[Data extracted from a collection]
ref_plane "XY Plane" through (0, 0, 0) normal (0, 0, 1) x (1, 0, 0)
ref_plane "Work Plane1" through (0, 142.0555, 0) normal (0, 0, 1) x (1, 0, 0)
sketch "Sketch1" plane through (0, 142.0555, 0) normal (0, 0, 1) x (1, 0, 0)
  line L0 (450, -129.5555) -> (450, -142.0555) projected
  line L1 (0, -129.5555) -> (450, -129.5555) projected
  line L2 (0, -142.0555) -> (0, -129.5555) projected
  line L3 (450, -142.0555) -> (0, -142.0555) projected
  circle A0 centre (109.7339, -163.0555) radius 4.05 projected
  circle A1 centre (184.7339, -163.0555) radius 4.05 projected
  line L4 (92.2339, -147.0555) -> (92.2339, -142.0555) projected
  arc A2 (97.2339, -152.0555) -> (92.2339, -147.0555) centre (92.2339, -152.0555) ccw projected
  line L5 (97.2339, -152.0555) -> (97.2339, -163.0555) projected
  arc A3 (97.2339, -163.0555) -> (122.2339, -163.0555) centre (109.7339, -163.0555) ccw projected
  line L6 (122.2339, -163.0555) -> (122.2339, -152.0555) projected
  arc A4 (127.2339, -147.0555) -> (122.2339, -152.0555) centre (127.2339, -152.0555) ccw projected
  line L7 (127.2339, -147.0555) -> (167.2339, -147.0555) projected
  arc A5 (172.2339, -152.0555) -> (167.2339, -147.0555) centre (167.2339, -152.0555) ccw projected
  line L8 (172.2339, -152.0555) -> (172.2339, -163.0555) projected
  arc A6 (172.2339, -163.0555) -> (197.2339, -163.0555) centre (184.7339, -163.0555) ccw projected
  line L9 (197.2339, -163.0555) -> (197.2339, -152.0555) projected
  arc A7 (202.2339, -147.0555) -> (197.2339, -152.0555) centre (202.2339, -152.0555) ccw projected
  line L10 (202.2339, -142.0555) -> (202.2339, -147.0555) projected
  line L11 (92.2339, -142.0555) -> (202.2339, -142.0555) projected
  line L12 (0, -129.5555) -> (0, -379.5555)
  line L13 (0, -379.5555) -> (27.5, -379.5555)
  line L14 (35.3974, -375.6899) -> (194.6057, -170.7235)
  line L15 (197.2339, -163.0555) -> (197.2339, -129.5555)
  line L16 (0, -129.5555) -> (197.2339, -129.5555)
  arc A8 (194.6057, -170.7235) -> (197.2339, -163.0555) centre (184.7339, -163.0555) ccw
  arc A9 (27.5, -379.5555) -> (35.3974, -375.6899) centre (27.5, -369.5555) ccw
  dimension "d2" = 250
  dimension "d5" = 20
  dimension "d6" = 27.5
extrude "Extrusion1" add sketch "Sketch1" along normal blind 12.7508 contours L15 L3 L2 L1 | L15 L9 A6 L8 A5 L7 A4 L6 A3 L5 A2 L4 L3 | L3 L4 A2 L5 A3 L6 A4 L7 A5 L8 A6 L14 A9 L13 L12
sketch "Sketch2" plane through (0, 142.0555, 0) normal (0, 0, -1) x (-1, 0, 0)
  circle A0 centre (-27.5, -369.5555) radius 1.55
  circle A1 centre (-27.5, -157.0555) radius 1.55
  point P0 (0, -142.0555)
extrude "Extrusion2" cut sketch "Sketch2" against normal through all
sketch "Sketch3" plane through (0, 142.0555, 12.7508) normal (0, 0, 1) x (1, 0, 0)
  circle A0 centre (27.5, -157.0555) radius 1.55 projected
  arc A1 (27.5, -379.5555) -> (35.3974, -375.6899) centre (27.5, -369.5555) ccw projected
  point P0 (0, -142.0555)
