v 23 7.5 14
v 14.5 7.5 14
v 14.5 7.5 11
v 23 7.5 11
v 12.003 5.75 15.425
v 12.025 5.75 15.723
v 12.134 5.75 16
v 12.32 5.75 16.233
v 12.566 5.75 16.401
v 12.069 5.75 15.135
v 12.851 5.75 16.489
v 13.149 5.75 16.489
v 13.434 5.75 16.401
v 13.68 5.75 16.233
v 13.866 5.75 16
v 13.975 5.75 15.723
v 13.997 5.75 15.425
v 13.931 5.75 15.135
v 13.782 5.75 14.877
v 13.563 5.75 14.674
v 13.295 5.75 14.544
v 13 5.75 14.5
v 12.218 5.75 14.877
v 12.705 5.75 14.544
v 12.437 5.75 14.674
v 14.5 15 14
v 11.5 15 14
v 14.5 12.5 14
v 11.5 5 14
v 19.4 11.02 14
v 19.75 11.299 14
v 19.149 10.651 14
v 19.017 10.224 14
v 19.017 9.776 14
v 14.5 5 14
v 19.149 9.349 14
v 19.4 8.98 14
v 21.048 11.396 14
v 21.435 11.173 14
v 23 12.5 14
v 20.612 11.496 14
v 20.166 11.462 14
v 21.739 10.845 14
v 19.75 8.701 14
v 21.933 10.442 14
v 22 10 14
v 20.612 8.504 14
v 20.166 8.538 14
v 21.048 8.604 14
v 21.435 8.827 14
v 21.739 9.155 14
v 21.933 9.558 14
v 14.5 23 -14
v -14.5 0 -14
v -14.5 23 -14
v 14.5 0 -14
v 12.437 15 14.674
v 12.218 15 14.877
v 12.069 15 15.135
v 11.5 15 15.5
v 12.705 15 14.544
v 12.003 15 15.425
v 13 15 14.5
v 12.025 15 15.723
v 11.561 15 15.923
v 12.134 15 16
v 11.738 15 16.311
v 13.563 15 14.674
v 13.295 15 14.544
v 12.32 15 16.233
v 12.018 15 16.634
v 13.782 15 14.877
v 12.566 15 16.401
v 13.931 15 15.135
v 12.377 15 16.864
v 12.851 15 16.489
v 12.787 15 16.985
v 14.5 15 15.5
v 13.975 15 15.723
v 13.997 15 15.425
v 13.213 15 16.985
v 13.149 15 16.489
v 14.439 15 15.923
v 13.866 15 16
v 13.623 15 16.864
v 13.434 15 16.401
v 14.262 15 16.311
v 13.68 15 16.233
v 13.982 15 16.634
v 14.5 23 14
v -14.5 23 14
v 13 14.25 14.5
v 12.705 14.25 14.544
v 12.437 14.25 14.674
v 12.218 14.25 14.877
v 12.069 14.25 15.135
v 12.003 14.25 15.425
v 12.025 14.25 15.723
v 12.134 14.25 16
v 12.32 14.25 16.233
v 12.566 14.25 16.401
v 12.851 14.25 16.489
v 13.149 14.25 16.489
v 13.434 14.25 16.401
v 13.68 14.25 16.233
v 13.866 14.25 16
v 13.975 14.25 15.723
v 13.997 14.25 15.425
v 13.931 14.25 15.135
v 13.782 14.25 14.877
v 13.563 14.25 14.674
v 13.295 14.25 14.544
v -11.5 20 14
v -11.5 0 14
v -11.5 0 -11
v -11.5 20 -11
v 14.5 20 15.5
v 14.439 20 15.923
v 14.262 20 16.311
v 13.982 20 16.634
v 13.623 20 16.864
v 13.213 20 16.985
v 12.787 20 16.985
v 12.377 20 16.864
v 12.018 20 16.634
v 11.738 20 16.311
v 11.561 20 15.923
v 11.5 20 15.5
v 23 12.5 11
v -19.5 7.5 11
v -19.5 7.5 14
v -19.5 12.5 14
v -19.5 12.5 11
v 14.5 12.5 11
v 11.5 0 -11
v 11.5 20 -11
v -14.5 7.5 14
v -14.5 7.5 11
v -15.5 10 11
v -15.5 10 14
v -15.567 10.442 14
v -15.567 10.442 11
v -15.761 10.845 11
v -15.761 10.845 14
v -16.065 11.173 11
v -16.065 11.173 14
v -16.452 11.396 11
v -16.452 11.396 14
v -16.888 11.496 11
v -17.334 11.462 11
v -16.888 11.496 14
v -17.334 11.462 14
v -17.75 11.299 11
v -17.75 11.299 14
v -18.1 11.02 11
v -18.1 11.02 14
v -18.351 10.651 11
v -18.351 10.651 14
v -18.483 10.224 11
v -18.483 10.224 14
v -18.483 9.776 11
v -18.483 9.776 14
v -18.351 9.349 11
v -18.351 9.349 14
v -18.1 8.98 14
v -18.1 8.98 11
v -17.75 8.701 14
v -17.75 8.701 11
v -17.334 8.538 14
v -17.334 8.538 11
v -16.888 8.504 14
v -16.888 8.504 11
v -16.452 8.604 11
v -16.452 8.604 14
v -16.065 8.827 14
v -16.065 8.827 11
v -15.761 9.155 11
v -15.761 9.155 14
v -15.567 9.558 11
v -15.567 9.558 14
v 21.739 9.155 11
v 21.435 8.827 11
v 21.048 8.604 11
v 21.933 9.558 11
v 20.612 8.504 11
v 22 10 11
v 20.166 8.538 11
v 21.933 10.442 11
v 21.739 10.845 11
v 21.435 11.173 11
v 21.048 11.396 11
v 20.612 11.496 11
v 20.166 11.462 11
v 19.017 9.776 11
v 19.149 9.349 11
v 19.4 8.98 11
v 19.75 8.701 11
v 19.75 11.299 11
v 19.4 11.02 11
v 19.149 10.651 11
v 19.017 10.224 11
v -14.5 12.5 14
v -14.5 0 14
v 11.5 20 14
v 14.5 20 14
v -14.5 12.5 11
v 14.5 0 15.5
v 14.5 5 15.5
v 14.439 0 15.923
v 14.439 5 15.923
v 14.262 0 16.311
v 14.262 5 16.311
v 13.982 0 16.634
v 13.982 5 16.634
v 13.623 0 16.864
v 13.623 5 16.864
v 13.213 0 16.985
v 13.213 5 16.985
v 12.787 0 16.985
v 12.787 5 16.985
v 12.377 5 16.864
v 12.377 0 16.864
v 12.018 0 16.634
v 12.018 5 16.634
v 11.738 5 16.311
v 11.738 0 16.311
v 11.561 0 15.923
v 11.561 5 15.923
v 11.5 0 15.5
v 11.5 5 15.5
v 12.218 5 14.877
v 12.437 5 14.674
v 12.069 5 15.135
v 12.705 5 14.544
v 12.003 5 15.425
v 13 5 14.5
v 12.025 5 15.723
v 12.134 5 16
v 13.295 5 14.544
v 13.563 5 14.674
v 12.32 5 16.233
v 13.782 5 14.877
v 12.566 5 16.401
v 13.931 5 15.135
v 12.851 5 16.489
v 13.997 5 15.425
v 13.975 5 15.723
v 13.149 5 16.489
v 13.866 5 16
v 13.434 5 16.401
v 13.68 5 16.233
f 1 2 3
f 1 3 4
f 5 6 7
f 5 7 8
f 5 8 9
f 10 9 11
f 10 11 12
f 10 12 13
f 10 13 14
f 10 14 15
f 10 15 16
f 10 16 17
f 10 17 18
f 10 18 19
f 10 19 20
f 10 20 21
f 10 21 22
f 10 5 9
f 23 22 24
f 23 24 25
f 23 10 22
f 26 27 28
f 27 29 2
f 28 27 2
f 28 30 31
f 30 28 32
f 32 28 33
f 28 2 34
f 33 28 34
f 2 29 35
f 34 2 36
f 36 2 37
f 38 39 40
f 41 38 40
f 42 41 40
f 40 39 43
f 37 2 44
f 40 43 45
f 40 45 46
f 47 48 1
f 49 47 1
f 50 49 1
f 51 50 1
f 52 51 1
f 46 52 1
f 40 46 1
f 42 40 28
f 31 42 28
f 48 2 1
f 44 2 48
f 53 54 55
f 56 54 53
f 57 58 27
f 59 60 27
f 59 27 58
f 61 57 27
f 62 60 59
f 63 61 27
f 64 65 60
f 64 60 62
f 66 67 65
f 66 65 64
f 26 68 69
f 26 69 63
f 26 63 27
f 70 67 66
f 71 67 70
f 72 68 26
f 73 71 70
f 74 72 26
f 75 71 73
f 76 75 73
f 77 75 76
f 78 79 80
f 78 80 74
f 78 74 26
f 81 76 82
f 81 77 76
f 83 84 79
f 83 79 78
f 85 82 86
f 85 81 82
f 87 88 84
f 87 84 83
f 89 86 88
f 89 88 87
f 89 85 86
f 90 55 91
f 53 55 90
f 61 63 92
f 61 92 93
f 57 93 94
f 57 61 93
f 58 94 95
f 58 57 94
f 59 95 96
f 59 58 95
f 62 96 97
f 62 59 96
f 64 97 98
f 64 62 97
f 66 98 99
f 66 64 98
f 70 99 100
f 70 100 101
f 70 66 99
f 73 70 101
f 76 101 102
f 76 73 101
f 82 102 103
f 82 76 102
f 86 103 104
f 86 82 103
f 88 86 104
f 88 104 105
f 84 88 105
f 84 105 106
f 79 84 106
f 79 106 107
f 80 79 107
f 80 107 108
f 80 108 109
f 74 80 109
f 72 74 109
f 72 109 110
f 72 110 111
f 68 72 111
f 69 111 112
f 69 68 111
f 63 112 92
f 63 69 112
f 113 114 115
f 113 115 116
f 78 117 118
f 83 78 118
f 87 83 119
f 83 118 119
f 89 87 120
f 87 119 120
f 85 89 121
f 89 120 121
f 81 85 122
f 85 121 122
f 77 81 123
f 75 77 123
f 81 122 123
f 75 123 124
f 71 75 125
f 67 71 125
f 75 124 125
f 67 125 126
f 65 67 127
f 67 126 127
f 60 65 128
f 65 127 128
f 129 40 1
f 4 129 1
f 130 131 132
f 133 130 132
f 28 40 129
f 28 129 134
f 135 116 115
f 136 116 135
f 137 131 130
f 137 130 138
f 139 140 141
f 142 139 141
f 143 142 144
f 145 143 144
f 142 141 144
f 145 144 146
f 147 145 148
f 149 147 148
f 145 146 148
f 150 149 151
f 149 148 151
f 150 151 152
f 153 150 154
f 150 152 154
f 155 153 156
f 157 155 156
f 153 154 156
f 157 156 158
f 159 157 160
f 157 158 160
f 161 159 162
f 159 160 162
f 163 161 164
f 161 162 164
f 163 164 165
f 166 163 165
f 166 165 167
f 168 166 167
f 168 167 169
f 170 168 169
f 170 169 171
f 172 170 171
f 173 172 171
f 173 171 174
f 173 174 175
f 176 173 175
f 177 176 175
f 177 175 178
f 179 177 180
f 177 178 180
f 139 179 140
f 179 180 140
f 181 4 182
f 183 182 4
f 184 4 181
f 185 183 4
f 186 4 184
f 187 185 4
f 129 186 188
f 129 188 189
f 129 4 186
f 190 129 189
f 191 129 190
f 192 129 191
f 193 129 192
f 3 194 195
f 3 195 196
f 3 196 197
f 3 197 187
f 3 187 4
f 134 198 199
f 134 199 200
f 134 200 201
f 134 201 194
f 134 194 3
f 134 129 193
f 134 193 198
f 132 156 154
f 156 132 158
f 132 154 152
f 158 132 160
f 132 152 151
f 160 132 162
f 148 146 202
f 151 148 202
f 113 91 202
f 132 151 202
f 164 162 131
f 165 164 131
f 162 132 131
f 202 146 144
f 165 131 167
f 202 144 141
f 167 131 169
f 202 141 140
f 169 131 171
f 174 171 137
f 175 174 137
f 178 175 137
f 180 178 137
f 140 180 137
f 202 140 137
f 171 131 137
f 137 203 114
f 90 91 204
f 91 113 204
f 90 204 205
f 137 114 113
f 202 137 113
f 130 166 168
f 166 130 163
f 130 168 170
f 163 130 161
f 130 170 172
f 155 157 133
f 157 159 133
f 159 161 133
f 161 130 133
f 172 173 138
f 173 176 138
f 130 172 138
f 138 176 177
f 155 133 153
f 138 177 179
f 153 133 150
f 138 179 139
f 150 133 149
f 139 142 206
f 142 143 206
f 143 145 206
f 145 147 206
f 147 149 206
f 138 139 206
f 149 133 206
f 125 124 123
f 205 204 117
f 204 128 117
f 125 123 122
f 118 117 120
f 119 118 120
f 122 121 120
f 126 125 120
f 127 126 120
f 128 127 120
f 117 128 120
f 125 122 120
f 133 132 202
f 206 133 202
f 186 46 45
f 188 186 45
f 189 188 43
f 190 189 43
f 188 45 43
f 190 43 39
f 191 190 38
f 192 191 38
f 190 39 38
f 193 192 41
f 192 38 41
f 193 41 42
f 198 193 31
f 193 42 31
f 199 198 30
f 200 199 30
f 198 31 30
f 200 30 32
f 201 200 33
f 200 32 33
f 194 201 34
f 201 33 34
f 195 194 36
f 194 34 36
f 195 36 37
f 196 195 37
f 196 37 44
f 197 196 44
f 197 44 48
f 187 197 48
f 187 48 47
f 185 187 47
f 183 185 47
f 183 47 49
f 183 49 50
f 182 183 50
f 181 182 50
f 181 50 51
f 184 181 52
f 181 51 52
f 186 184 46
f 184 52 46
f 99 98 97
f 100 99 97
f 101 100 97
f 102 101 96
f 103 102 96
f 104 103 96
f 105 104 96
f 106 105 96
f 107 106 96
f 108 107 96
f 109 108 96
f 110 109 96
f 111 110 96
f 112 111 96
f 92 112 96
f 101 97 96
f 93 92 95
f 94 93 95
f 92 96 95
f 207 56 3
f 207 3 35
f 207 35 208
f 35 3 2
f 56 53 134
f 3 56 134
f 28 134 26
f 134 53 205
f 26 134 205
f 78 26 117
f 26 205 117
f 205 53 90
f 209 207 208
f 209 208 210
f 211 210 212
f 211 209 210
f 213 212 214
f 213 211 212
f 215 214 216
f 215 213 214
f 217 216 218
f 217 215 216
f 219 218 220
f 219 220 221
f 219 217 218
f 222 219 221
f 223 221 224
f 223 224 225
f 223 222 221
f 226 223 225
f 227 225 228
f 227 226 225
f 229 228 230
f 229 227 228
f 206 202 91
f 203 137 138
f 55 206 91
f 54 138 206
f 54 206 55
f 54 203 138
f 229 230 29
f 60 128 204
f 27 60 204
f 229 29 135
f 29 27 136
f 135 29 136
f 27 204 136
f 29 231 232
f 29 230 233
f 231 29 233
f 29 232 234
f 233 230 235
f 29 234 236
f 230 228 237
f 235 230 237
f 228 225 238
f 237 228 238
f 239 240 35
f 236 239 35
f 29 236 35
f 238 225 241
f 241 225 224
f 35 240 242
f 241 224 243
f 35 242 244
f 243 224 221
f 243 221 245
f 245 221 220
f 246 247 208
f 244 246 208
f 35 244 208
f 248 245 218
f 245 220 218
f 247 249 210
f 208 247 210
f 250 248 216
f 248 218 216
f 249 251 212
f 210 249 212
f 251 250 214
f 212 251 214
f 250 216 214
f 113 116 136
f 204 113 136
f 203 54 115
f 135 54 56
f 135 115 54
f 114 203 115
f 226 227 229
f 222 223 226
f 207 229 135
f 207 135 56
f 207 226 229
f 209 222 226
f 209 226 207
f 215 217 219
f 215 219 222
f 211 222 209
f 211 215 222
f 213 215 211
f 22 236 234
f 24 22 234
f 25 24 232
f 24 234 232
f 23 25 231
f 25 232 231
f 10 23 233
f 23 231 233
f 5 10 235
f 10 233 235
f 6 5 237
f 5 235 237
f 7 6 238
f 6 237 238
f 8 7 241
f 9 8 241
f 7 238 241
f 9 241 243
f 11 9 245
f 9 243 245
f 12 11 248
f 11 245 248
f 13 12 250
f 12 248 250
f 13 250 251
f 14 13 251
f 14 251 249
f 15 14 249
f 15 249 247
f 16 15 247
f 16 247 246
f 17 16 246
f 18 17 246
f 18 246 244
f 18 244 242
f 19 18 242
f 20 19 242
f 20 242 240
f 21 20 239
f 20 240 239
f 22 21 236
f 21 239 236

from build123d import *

# Parameters (mm, degrees)
CROQUIS1_W              = 29
CROQUIS1_H              = 28
SALIENTE_EXTRUIR1_DEPTH = 23
CROQUIS2_W              = 23
CROQUIS2_H              = 20
CORTAR_EXTRUIR1_DEPTH   = 25
SALIENTE_EXTRUIR5_DEPTH = 5
CROQUIS12_R             = 1
SALIENTE_EXTRUIR7_DEPTH = 0.75
CROQUIS13_R             = 1.5
CROQUIS13_W             = 5
CROQUIS13_H             = 5
SALIENTE_EXTRUIR8_DEPTH = 3


with BuildPart() as part:
    # Croquis1 → Saliente-Extruir1 (new body)
    with BuildSketch(Plane(origin=(0, 0, 0), x_dir=(1, 0, 0), z_dir=(0, 1, 0))):
        Rectangle(CROQUIS1_W, CROQUIS1_H)
    extrude(amount=SALIENTE_EXTRUIR1_DEPTH)

    # Croquis2 → Cortar-Extruir1 (cut)
    with BuildSketch(Plane.XY.offset(14)):
        with Locations((0, 10)):
            Rectangle(CROQUIS2_W, CROQUIS2_H)
    extrude(amount=-CORTAR_EXTRUIR1_DEPTH, mode=Mode.SUBTRACT)

    # Croquis10 → Saliente-Extruir5 (add)
    with BuildSketch(Plane.XZ):
        with BuildLine():
            Line((11.5, 14), (14.5, 14))
            Line((14.5, 14), (14.5, 15.5))
            ThreePointArc((14.5, 15.5), (13, 17), (11.5, 15.5))
            Line((11.5, 15.5), (11.5, 14))
        make_face()
    saliente_extruir5 = extrude(amount=-SALIENTE_EXTRUIR5_DEPTH)

    # Croquis12 → Saliente-Extruir7 (add)
    with BuildSketch(Plane(origin=(0, 5, 0), x_dir=(1, 0, 0), z_dir=(0, 1, 0))):
        with Locations(Location((13, -15.5, 0), (0, 0, 90))):
            Circle(CROQUIS12_R)
    saliente_extruir7 = extrude(amount=SALIENTE_EXTRUIR7_DEPTH)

Activity – A copy of each line in the data above that holds the string "dimension" is needed.

Written solution –
  dimension "d2" = 250
  dimension "d5" = 20
  dimension "d6" = 27.5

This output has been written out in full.